Task 7.2 Print out the Confusion Matrix.

In [17]:
y_pred = best_anova_model.predict(best_anova_X_test)
print("Confusion Matrix: \n",confusion_matrix(y_test,y_pred))
Confusion Matrix: 
 [[754  50]
 [ 54 523]]

Insight: Number of selected features still seem to remain same.
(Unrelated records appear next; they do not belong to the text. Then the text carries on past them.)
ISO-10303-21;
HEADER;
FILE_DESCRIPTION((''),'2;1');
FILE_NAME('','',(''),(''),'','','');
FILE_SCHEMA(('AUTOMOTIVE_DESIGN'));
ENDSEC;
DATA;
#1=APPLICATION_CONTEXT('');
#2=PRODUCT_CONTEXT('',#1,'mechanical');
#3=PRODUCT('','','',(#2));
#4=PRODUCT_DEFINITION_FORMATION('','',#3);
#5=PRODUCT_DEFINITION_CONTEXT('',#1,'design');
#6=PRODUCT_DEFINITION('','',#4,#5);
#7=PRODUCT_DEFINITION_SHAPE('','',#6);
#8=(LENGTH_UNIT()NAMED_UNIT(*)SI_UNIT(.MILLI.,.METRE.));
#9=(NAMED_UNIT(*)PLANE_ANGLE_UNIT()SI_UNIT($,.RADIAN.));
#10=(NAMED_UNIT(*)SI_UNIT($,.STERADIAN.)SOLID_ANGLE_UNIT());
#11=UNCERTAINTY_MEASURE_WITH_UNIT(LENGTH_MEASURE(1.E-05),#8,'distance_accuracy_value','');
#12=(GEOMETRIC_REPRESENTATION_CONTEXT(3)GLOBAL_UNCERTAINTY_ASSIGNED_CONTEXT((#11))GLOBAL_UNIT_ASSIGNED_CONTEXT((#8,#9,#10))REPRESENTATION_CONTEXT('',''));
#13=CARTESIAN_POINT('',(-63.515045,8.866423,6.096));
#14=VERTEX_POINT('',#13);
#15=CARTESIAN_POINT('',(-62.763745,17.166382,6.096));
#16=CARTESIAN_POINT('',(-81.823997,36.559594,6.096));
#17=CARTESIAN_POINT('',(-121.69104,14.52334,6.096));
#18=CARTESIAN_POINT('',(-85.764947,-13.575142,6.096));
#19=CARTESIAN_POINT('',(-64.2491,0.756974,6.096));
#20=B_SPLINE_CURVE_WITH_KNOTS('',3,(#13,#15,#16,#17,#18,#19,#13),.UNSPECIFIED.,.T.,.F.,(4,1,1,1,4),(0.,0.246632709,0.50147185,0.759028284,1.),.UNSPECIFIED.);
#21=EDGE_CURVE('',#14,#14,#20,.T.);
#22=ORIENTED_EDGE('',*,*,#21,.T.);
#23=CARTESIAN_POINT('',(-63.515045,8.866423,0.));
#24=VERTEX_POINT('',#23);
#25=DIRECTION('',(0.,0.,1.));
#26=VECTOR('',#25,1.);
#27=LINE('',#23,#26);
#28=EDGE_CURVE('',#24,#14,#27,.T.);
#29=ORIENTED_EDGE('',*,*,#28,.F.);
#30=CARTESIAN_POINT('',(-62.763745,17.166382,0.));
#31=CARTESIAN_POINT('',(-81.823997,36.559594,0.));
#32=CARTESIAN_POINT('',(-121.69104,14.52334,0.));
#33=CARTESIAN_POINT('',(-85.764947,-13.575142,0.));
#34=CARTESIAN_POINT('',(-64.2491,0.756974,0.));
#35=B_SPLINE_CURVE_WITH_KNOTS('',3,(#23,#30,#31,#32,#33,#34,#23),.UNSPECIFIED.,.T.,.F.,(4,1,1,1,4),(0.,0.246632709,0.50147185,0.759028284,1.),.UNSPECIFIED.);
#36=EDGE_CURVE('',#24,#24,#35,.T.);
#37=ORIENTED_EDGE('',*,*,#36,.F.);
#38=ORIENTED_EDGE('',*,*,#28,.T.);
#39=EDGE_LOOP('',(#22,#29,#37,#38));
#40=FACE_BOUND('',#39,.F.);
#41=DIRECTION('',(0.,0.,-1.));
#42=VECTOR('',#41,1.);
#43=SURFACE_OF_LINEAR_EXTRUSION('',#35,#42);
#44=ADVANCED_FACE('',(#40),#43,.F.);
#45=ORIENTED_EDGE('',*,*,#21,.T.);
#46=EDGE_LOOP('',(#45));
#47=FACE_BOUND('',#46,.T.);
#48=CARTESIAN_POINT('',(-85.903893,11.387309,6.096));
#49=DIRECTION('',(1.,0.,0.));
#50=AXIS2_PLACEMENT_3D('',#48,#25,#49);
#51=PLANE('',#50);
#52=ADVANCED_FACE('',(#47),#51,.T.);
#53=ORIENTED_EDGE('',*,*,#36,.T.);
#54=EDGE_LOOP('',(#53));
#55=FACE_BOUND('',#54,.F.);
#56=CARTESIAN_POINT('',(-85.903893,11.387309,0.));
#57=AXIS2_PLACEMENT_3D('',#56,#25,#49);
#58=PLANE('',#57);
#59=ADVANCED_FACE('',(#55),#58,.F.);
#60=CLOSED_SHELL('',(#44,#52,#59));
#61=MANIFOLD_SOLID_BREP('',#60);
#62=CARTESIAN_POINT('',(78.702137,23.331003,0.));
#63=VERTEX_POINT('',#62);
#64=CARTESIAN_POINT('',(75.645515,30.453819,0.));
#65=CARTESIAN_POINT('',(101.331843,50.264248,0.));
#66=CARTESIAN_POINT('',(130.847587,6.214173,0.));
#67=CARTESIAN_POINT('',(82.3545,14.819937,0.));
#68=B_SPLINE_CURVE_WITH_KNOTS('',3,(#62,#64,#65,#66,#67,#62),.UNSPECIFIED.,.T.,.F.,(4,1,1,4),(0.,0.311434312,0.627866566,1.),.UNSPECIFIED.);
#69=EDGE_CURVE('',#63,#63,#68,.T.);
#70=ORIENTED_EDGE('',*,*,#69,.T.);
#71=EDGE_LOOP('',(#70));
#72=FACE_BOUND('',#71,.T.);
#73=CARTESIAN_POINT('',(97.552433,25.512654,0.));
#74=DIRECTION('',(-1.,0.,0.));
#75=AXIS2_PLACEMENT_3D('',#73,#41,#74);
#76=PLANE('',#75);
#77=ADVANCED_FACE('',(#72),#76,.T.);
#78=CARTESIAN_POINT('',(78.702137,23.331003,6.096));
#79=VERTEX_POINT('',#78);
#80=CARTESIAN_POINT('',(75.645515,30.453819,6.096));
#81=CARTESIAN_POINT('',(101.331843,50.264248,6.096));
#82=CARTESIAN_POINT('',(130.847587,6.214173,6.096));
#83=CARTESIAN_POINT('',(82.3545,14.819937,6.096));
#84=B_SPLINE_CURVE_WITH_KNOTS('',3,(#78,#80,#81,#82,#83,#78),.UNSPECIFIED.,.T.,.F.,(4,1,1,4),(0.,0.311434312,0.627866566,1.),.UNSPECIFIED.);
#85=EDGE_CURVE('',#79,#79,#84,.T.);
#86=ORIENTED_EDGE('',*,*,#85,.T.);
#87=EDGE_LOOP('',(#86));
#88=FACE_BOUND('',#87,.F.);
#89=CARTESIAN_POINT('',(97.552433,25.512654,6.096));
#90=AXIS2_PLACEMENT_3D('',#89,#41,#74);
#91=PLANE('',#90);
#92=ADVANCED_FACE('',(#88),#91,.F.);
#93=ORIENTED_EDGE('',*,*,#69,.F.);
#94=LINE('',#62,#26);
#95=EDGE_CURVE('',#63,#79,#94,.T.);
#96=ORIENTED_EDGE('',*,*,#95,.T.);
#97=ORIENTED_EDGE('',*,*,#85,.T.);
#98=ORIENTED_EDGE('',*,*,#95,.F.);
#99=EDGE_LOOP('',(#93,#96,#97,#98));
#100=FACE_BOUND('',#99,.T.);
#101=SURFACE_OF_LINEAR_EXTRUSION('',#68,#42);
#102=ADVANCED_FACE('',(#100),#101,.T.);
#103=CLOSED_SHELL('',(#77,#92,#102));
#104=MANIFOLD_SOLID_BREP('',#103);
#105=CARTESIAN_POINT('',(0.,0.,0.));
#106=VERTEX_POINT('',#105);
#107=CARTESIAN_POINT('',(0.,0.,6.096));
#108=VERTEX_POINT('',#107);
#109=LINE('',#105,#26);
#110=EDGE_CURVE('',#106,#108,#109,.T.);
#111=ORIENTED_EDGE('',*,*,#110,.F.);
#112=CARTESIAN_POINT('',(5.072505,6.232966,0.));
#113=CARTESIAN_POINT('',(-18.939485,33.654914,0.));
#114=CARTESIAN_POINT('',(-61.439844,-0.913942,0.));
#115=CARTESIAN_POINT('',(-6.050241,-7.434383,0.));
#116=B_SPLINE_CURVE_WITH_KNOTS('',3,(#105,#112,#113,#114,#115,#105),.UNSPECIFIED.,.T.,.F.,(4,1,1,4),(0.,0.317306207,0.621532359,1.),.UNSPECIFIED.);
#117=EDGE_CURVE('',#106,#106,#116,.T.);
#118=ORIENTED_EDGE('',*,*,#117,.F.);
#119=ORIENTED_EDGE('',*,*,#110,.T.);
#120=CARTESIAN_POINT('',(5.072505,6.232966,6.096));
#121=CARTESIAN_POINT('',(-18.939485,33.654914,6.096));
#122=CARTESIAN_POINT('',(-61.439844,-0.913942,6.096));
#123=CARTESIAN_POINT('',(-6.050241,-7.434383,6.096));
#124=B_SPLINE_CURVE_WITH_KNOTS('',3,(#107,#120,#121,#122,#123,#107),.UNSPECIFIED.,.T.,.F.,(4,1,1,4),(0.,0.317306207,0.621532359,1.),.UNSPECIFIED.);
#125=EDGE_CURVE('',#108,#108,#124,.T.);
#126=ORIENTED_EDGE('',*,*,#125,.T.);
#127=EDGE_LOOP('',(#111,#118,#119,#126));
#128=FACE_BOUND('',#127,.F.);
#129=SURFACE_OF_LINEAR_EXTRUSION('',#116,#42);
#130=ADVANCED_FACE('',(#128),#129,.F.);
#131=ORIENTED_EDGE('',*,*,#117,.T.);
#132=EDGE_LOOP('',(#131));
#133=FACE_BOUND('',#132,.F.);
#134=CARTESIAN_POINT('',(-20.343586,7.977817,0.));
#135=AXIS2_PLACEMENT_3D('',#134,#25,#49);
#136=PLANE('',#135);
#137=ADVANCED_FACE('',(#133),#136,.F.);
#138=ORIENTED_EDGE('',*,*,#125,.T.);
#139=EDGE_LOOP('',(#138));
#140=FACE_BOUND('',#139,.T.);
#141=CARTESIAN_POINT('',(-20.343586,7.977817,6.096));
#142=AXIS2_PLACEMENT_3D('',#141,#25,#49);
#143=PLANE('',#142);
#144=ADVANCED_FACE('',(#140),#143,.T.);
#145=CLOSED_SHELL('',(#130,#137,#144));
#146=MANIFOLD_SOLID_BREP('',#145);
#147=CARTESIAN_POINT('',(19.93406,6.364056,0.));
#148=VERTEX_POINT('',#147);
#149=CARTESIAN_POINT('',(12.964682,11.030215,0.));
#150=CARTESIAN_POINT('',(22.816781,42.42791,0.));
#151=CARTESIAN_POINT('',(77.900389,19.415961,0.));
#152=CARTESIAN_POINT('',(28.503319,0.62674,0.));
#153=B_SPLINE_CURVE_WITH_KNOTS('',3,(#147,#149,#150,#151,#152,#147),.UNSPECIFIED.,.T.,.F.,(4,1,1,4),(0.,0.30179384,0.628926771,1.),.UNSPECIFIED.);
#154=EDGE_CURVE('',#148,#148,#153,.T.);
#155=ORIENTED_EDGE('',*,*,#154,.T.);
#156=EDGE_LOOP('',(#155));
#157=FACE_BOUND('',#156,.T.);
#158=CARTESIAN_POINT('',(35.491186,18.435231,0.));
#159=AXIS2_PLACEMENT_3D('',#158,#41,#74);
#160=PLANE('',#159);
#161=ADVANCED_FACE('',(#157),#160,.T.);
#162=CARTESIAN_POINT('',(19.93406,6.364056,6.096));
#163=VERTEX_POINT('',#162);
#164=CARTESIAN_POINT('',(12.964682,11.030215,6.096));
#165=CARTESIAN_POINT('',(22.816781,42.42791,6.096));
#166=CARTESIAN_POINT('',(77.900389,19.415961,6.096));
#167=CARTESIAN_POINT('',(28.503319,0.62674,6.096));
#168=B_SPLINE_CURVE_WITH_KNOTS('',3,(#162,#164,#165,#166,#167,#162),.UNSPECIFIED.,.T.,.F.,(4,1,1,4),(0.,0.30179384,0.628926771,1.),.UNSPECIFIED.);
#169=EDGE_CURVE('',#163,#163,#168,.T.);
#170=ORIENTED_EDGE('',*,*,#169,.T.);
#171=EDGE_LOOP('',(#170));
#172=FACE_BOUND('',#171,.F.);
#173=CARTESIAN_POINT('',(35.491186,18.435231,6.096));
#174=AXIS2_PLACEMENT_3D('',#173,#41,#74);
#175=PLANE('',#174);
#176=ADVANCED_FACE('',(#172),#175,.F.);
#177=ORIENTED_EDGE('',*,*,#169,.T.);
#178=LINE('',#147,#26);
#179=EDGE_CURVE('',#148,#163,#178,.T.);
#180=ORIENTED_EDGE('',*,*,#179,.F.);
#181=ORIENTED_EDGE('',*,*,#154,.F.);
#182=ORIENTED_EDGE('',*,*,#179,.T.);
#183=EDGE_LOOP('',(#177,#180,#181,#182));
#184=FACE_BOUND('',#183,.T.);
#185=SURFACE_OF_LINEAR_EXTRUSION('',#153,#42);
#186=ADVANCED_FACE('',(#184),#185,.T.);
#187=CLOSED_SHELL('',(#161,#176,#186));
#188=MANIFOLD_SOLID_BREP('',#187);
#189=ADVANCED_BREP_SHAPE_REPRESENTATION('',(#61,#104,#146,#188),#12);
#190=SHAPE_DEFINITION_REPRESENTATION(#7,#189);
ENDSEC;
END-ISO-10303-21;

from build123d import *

# Parameters (mm, degrees)
F1_DEPTH = 6.096


with BuildPart() as f1:
    # F0 (on Top) → F1 (new body)
    with BuildSketch(Plane.XY):
        with BuildLine():
            add(Edge.make_bspline(
                [(0, 0), (5.0725048914, 6.2329660703), (-18.9394847967, 33.6549142678), (-61.4398442974, -0.9139423435), (-6.0502408025, -7.4343832972), (0, 0)],
                knots=[0, 0, 0, 0, 0.3173062066, 0.6215323595, 1, 1, 1, 1], degree=3))
        make_face()
    extrude(amount=F1_DEPTH)


with BuildPart() as f1b:
    # F0 (on Top) → F1, piece 2 (new body)
    with BuildSketch(Plane.XY):
        with BuildLine():
            add(Edge.make_bspline(
                [(19.934060052, 6.3640559092), (12.964682373, 11.0302150345), (22.816780856, 42.4279097366), (77.9003890705, 19.4159609589), (28.5033187226, 0.6267395542), (19.934060052, 6.3640559092)],
                knots=[0, 0, 0, 0, 0.3017938399, 0.628926771, 1, 1, 1, 1], degree=3))
        make_face()
    extrude(amount=F1_DEPTH)


with BuildPart() as f1c:
    # F0 (on Top) → F1, piece 3 (new body)
    with BuildSketch(Plane.XY):
        with BuildLine():
            add(Edge.make_bspline(
                [(-63.5150447488, 8.8664228097), (-62.7637448396, 17.1663818459), (-81.8239965362, 36.5595942754), (-121.691040129, 14.5233398555), (-85.7649467191, -13.5751417309), (-64.2490999737, 0.7569738091), (-63.5150447488, 8.8664228097)],
                knots=[0, 0, 0, 0, 0.246632709, 0.5014718496, 0.7590282836, 1, 1, 1, 1], degree=3))
        make_face()
    extrude(amount=F1_DEPTH)


with BuildPart() as f1d:
    # F0 (on Top) → F1, piece 4 (new body)
    with BuildSketch(Plane.XY):
        with BuildLine():
            add(Edge.make_bspline(
                [(78.7021368742, 23.3310032636), (75.6455150341, 30.4538192109), (101.331842803, 50.2642483167), (130.8475874616, 6.2141733545), (82.3544999499, 14.8199373477), (78.7021368742, 23.3310032636)],
                knots=[0, 0, 0, 0, 0.311434312, 0.627866566, 1, 1, 1, 1], degree=3))
        make_face()
    extrude(amount=F1_DEPTH)


solid = Compound([f1.part, f1b.part, f1c.part, f1d.part])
Task 8.1: Let us apply PCA as our last feature selection method

In [18]:
# Apply PCA and fit the logistic model on train data use df dataset
nof_list = [20,25,30,35,40,50,55]
high_score = 0
nof = 0
best_pca_lr_model = None
best_pca_lr_X_train = None
best_pca_lr_X_test = None

for n in nof_list:
    X_train, X_test, y_train, y_test = train_test_split(X, y, test_size=0.3,random_state = 42)
    pca = PCA(n_components=n)
    pca.fit(X_train)
    X_train = pca.transform(X_train)
    X_test = pca.transform(X_test)
    pca_lr_model = LogisticRegression(random_state=101)
    pca_lr_model.fit(X_train, y_train)
    print("For no of features=",n,", score=", pca_lr_model.score(X_test,y_test))
    
    if pca_lr_model.score(X_test,y_test)>high_score:
        high_score = pca_lr_model.score(X_test,y_test)
        nof = n
        best_pca_lr_model = pca_lr_model
        best_pca_lr_X_train = X_train
        best_pca_lr_X_test = X_test
print("High Score is:",high_score, "with features=",nof)
For no of features= 20 , score= 0.9022447501810282
For no of features= 25 , score= 0.9044170890658942
For no of features= 30 , score= 0.9058653149891384
For no of features= 35 , score= 0.9167270094134685
For no of features= 40 , score= 0.9196234612599565
For no of features= 50 , score= 0.9167270094134685
For no of features= 55 , score= 0.9174511223750905
High Score is: 0.9196234612599565 with features= 40

Task 8.2 Print out the Confusion Matrix.

In [19]:
y_pred = best_pca_lr_model.predict(best_pca_lr_X_test)
print("Confusion Matrix: \n",confusion_matrix(y_test,y_pred))
Confusion Matrix: 
 [[759  45]
 [ 66 511]]

Insight: There is significant reduction in number of features selected but the score is not the best.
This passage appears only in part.